WKUPD emphasizes weapon safety

Shantel-Ann Pettway

Many universities have protocols on gun control and WKU is no exception. WKU has a weapons code of conduct that explicitly states that firearms, explosives or other objects displayed in a menacing or threatening manner on campus are prohibited. 

The WKU Police Department will confiscate any weapon that isn’t authorized. 

Although the rules are defined, there have still been gun controversies on and around WKU’s campus.

In late August, Bowling Green junior Spencer Renfro was shot off campus in a reported burglary.

In April, a then-WKU student pulled a gun on another person outside of the Bates-Runner Hall Subway.

Last year, a WKU student, Larry Thomas, died after being shot off campus at an apartment complex. 

WKUPD has programs that attempt to keep students, faculty and visitors safe. 

Emergency phones installed throughout WKU’s campus are one of those safety measures. 

Capt. Dominic Ossello of WKUPD said the phones can be used to report suspicious activity or if anyone feels unsafe.

“The emergency phones that you see all over campus are our mini-helpers,” Ossello said.

 He said all of the calls are taken seriously.

“All calls are responded to, even if it is a false alarm,” Ossello said. “Our explorers and officers will always check out the scene.” 

WKU recently received an accreditation for its efforts in safety. On July 30, WKU was recognized as a Safe Community by the National Safety Council. 

One of the methods WKU employed to receive this accreditation is the Student Government Association Campus Safety Walk, Ossello said. 

WKUPD, along with SGA, checks the campus twice a year for areas that may be considered unsafe. 

“We don’t work alone. All of campus’ organizations work together to get light in dark places and safer cross walks,” Ossello said.

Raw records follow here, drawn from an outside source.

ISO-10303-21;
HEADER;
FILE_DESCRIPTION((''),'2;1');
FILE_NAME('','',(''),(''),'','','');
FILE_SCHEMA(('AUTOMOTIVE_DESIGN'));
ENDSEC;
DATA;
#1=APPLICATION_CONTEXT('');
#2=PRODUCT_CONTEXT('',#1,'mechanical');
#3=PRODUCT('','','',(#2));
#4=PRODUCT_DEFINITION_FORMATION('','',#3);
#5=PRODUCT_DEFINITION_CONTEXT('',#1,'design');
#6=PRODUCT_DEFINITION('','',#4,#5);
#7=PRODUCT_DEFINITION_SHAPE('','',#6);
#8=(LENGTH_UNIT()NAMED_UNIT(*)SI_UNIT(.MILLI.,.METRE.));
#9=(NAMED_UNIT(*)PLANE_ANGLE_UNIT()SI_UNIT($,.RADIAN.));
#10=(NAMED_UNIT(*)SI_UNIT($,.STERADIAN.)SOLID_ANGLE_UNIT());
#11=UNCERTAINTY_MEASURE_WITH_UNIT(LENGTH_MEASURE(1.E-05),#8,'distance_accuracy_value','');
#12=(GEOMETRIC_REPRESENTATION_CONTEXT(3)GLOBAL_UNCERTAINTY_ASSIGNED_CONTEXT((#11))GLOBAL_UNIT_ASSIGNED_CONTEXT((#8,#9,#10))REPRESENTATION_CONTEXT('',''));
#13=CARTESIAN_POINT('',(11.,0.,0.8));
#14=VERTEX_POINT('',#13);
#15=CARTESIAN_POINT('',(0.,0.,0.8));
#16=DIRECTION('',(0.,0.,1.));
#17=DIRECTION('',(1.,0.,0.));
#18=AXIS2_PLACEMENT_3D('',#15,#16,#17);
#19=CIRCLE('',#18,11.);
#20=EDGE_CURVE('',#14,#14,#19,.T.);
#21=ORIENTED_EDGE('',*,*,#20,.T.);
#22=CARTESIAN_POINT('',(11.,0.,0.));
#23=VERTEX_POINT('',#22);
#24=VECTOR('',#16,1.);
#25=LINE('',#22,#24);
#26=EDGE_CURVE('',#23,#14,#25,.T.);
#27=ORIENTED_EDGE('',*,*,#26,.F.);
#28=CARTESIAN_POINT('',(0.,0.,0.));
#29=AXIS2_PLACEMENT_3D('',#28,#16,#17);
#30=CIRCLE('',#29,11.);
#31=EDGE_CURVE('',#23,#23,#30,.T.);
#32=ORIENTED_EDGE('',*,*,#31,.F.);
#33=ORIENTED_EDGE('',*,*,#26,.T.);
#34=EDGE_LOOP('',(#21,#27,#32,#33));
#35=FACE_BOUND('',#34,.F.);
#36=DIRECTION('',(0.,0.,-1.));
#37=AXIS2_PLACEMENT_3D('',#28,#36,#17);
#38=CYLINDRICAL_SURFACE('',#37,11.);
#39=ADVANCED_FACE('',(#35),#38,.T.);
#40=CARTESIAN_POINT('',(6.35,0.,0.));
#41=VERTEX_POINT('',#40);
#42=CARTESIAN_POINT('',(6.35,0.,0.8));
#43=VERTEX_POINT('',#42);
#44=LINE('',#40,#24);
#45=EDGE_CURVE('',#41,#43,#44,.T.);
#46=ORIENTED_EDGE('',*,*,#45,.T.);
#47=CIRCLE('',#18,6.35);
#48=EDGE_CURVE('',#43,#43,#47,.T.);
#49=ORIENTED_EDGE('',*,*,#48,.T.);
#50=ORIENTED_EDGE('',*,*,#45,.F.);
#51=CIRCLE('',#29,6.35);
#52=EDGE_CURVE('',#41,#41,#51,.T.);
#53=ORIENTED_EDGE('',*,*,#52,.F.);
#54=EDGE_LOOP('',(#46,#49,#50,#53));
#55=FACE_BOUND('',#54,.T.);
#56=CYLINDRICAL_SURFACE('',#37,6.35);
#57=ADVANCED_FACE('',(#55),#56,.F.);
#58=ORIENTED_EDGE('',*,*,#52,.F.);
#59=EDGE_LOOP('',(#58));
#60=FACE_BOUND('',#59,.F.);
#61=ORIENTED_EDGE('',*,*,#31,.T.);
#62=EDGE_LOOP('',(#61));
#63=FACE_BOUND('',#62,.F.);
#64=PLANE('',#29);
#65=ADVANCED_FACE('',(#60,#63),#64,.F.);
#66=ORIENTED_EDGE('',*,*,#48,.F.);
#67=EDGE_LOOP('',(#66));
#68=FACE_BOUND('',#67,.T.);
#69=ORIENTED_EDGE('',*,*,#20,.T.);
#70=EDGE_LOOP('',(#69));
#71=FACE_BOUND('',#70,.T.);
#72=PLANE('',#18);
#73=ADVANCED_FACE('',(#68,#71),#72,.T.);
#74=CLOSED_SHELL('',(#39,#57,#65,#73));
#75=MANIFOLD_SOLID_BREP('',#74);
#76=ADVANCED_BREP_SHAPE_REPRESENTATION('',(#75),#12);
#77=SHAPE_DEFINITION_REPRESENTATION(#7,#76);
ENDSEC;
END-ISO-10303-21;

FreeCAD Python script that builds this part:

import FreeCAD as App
import Part
import Sketcher

V = App.Vector

doc = App.newDocument("Part")
params = doc.addObject("Spreadsheet::Sheet", "Params")
for row, (alias, value) in enumerate([
    ("sketch1_diameter", "22 mm"),
    ("sketch1_diameter2", "12.7 mm"),
    ("pad1_length", "0.8 mm"),
], start=1):
    params.set(f"A{row}", alias)
    params.set(f"B{row}", "=" + value)
    params.setAlias(f"B{row}", alias)

body = doc.addObject("PartDesign::Body", "Body")

# Sketch on XY plane
sketch1 = body.newObject("Sketcher::SketchObject", "Sketch")
sketch1.AttachmentSupport = (doc.getObject("XY_Plane"), [""])
sketch1.MapMode = "FlatFace"
sketch1.addGeometry([
    Part.Circle(V(0, 0, 0), V(0, 0, 1), 11),
    Part.Circle(V(0, 0, 0), V(0, 0, 1), 6),
], False)
sketch1.addConstraint([
    Sketcher.Constraint("Coincident", 0, 3, -1, 1),
    Sketcher.Constraint("Coincident", 1, 3, -1, 1),
    Sketcher.Constraint("Diameter", 0, 22.0),
    Sketcher.Constraint("Diameter", 1, 12.7),
])
sketch1.setExpression("Constraints[2]", "Params.sketch1_diameter")
sketch1.setExpression("Constraints[3]", "Params.sketch1_diameter2")
pad1 = body.newObject("PartDesign::Pad", "Pad")
pad1.Profile = sketch1
pad1.setExpression("Length", "Params.pad1_length")

doc.recompute()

WKUPD also offers an escort service for on-campus use only. The escorts are sent to accompany students, staff or faculty that may feel uncomfortable walking on campus alone. The services are offered from dusk till dawn. 

“They are always strolling around campus checking to make sure everyone is safe — I love it,” Richmond sophomore Morgan Harris said.  

Ossello said communicating with police is a crucial part of safety. 

“Never hesitate to contact a WKU police officer,” he said.  “It’s always better to be safe than sorry.”